The High Courts of India are the principal civil courts of original jurisdiction in each state and union territory. However, a high court exercises its original civil and criminal jurisdiction only if the subordinate courts are not authorized by law to try such matters for lack of pecuniary, territorial jurisdiction.
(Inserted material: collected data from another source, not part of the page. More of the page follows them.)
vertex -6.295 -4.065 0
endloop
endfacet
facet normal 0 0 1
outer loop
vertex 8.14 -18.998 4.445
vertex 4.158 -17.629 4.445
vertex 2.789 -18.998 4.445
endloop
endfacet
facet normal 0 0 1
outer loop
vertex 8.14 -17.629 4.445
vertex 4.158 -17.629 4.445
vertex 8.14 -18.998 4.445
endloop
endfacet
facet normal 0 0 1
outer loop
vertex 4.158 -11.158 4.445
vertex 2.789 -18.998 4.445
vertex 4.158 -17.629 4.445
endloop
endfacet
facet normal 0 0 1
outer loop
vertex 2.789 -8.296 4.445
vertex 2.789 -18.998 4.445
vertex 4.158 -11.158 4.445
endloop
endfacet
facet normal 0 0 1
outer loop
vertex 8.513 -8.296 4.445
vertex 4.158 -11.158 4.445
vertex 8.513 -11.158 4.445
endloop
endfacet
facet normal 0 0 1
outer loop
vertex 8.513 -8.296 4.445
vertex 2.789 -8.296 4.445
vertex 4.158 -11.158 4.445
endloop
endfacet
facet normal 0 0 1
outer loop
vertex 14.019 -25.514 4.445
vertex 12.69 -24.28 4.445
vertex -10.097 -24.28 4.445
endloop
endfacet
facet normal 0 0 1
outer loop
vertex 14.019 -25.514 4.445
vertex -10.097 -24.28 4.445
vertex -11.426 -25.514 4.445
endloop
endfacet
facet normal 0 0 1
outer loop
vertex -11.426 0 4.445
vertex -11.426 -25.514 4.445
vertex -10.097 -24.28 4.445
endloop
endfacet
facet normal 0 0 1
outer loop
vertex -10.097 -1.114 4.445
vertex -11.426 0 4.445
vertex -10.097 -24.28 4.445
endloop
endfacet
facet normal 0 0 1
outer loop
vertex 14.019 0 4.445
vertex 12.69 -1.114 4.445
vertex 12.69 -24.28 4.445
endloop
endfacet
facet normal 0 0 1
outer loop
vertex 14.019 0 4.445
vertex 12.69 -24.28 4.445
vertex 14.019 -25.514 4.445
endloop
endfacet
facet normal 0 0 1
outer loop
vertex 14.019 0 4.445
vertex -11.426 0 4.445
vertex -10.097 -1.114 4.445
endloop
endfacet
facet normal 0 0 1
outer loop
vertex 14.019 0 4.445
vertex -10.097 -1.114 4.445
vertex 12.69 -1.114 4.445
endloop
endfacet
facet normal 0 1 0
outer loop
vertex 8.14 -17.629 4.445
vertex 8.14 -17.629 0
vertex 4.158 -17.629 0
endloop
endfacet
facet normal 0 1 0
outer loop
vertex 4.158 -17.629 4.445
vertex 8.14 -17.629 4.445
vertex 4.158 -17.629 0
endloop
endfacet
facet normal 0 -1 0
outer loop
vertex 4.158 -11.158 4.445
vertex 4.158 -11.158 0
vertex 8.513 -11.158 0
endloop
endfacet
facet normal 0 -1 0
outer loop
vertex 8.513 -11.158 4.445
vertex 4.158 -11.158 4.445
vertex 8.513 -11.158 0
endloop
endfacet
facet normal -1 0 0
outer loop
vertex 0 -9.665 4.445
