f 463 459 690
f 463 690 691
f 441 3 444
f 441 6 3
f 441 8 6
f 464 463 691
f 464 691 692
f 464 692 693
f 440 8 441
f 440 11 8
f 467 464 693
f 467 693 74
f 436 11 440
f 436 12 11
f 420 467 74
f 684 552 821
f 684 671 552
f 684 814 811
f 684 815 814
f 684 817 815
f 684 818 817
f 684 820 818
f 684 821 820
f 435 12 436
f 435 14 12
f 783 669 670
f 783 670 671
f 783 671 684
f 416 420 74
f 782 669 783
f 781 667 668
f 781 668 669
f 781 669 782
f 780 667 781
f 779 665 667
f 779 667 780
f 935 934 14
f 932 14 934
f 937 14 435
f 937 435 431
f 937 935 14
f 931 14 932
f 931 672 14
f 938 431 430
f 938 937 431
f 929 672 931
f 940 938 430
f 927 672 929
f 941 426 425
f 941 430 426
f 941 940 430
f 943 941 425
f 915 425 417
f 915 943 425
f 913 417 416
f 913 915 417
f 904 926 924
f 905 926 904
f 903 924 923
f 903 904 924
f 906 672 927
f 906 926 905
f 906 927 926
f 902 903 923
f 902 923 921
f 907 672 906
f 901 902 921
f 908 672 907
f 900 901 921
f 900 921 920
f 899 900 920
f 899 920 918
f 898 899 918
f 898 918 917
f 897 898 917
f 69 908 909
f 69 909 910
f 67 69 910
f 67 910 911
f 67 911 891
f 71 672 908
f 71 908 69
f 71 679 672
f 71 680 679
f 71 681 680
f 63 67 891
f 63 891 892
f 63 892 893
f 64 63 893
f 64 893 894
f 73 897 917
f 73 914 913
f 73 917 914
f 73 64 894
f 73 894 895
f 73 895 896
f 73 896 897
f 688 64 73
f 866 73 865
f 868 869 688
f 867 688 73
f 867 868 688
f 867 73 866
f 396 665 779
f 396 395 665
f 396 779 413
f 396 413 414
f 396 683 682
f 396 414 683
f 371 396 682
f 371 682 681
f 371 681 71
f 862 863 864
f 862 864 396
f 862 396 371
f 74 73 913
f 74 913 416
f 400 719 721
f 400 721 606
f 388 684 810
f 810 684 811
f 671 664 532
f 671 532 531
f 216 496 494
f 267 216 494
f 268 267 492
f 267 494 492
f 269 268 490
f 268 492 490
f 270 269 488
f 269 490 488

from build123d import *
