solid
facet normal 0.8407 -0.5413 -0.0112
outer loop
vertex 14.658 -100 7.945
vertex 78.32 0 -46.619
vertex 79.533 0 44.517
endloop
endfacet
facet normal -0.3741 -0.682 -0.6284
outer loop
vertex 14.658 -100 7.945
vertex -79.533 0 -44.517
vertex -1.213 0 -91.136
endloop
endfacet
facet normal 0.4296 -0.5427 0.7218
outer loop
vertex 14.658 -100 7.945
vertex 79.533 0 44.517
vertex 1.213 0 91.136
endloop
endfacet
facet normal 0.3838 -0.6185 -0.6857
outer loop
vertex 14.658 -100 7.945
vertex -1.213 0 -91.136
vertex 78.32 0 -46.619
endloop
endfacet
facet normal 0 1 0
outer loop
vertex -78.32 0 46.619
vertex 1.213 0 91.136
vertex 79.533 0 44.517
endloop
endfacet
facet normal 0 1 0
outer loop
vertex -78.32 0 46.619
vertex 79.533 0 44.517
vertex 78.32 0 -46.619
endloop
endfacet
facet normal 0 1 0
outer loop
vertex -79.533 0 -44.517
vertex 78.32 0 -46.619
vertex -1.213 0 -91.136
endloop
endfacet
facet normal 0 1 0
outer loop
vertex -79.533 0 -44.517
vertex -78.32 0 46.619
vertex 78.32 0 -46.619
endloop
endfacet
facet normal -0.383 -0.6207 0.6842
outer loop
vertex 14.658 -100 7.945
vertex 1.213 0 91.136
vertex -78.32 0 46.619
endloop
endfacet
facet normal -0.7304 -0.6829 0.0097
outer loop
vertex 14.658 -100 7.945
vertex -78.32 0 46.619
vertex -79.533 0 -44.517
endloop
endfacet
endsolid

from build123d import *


with BuildPart() as f3:
    # F0 (on Front) → F3 section 0
    with BuildSketch(Plane.XZ, mode=Mode.PRIVATE) as f3_s0:
        Polygon((1.213273, 91.136256), (-78.319676, 46.618853), (-79.532949, -44.517403), (-1.213273, -91.136256), (78.319676, -46.618853), (79.532949, 44.517403), align=None)
    loft([f3_s0.sketch, Vertex(14.658035, -100, 7.94503)])


solid = f3.part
High courts may also enjoy original jurisdiction in certain matters, if so designated Specially[1] in a state or federal law.

Basically, the work of most high courts primarily consists of appeals from lower courts and writ petitions in terms of Articles 226 and 227 of the constitution. Writ jurisdiction is also an original jurisdiction of a high court.
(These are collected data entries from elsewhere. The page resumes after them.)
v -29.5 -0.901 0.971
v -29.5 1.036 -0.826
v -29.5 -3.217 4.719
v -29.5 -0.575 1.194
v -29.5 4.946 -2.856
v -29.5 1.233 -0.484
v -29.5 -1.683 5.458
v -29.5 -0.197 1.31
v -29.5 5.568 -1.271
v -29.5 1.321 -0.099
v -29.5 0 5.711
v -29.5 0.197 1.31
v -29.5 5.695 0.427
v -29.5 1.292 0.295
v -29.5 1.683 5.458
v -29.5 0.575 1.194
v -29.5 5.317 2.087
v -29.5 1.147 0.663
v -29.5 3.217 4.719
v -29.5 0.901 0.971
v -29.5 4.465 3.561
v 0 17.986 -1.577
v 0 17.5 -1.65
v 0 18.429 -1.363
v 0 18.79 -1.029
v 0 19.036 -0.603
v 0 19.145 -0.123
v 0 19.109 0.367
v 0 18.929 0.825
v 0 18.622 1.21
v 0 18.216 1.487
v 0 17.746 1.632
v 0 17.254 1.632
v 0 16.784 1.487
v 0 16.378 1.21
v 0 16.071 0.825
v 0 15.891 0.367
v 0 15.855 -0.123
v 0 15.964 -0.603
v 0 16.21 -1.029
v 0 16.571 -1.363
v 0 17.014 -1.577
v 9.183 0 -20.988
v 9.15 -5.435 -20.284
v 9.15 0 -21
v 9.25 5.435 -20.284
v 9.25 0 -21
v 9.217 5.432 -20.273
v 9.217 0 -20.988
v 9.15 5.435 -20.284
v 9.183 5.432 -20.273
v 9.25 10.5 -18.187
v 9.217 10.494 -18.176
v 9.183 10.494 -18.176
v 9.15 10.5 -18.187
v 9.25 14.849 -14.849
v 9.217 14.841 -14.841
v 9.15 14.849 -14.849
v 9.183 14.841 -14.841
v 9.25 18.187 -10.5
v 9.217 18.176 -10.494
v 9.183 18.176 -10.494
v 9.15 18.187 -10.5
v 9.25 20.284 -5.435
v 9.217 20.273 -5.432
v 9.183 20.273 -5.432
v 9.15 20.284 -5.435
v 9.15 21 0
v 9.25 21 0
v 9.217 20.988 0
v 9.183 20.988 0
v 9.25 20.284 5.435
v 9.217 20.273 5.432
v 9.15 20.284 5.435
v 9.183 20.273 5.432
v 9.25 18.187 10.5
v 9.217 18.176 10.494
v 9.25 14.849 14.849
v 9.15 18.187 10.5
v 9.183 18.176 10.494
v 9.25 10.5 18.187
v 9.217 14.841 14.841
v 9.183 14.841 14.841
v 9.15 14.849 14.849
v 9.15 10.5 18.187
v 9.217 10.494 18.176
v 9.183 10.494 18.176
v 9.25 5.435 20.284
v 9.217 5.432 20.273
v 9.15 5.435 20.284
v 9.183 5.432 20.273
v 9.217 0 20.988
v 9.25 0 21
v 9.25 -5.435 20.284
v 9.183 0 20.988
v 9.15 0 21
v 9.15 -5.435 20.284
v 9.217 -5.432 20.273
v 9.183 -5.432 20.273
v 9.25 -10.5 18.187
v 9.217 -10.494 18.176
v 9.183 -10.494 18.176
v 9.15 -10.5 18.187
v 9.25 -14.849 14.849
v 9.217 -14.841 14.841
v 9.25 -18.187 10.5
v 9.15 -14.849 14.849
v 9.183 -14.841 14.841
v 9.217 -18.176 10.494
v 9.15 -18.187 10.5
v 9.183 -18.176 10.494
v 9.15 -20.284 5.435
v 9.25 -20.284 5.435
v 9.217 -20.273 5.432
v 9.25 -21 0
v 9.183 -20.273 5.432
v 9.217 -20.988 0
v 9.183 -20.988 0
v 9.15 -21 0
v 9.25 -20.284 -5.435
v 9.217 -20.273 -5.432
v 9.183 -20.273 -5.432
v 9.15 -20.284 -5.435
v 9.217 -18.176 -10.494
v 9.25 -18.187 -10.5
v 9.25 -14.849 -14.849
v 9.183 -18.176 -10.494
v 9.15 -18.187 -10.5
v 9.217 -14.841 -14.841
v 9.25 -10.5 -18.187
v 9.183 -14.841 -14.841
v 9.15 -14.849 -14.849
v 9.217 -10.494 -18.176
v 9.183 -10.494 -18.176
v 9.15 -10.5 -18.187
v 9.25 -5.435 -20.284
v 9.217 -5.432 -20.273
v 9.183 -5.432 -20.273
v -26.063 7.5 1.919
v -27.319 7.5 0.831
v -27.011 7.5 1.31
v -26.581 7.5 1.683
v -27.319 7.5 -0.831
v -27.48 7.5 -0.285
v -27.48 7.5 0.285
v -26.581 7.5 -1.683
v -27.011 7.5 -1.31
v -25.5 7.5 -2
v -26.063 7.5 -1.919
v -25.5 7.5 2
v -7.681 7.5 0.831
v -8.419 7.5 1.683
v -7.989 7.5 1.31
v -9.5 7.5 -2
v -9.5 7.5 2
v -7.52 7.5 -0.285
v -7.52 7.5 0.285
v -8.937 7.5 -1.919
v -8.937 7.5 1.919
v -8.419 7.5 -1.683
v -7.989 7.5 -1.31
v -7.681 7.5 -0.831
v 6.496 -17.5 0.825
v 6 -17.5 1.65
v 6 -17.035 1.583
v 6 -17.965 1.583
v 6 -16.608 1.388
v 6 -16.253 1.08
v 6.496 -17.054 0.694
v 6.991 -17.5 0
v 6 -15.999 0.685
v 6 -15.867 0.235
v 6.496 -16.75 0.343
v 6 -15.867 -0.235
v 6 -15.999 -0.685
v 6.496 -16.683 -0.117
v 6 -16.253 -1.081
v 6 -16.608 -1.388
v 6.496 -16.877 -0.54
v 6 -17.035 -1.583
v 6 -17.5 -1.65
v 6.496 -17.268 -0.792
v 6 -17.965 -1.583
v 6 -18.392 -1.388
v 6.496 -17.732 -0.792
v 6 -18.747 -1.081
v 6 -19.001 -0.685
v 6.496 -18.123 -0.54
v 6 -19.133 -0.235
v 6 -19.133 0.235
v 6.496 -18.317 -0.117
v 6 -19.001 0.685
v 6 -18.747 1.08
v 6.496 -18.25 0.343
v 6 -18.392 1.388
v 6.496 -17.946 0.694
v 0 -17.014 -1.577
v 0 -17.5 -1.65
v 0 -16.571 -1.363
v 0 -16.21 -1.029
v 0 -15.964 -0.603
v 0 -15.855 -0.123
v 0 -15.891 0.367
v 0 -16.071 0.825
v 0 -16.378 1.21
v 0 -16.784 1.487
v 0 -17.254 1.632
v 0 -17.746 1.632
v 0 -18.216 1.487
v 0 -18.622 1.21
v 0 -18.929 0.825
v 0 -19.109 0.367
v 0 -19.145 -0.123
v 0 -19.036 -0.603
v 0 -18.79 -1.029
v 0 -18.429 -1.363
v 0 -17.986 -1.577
Each state is divided into judicial districts presided over by a district and sessions judge. He is known as district judge when he presides over a civil case, and sessions judge when he presides over a criminal case. He is the highest judicial authority below a high court judge. Below him, there are courts of civil jurisdiction, known by different names in different states. Under Article 141 of the constitution, all courts in India — including high courts — are bounded by the judgments and orders of the Supreme Court of India by precedence.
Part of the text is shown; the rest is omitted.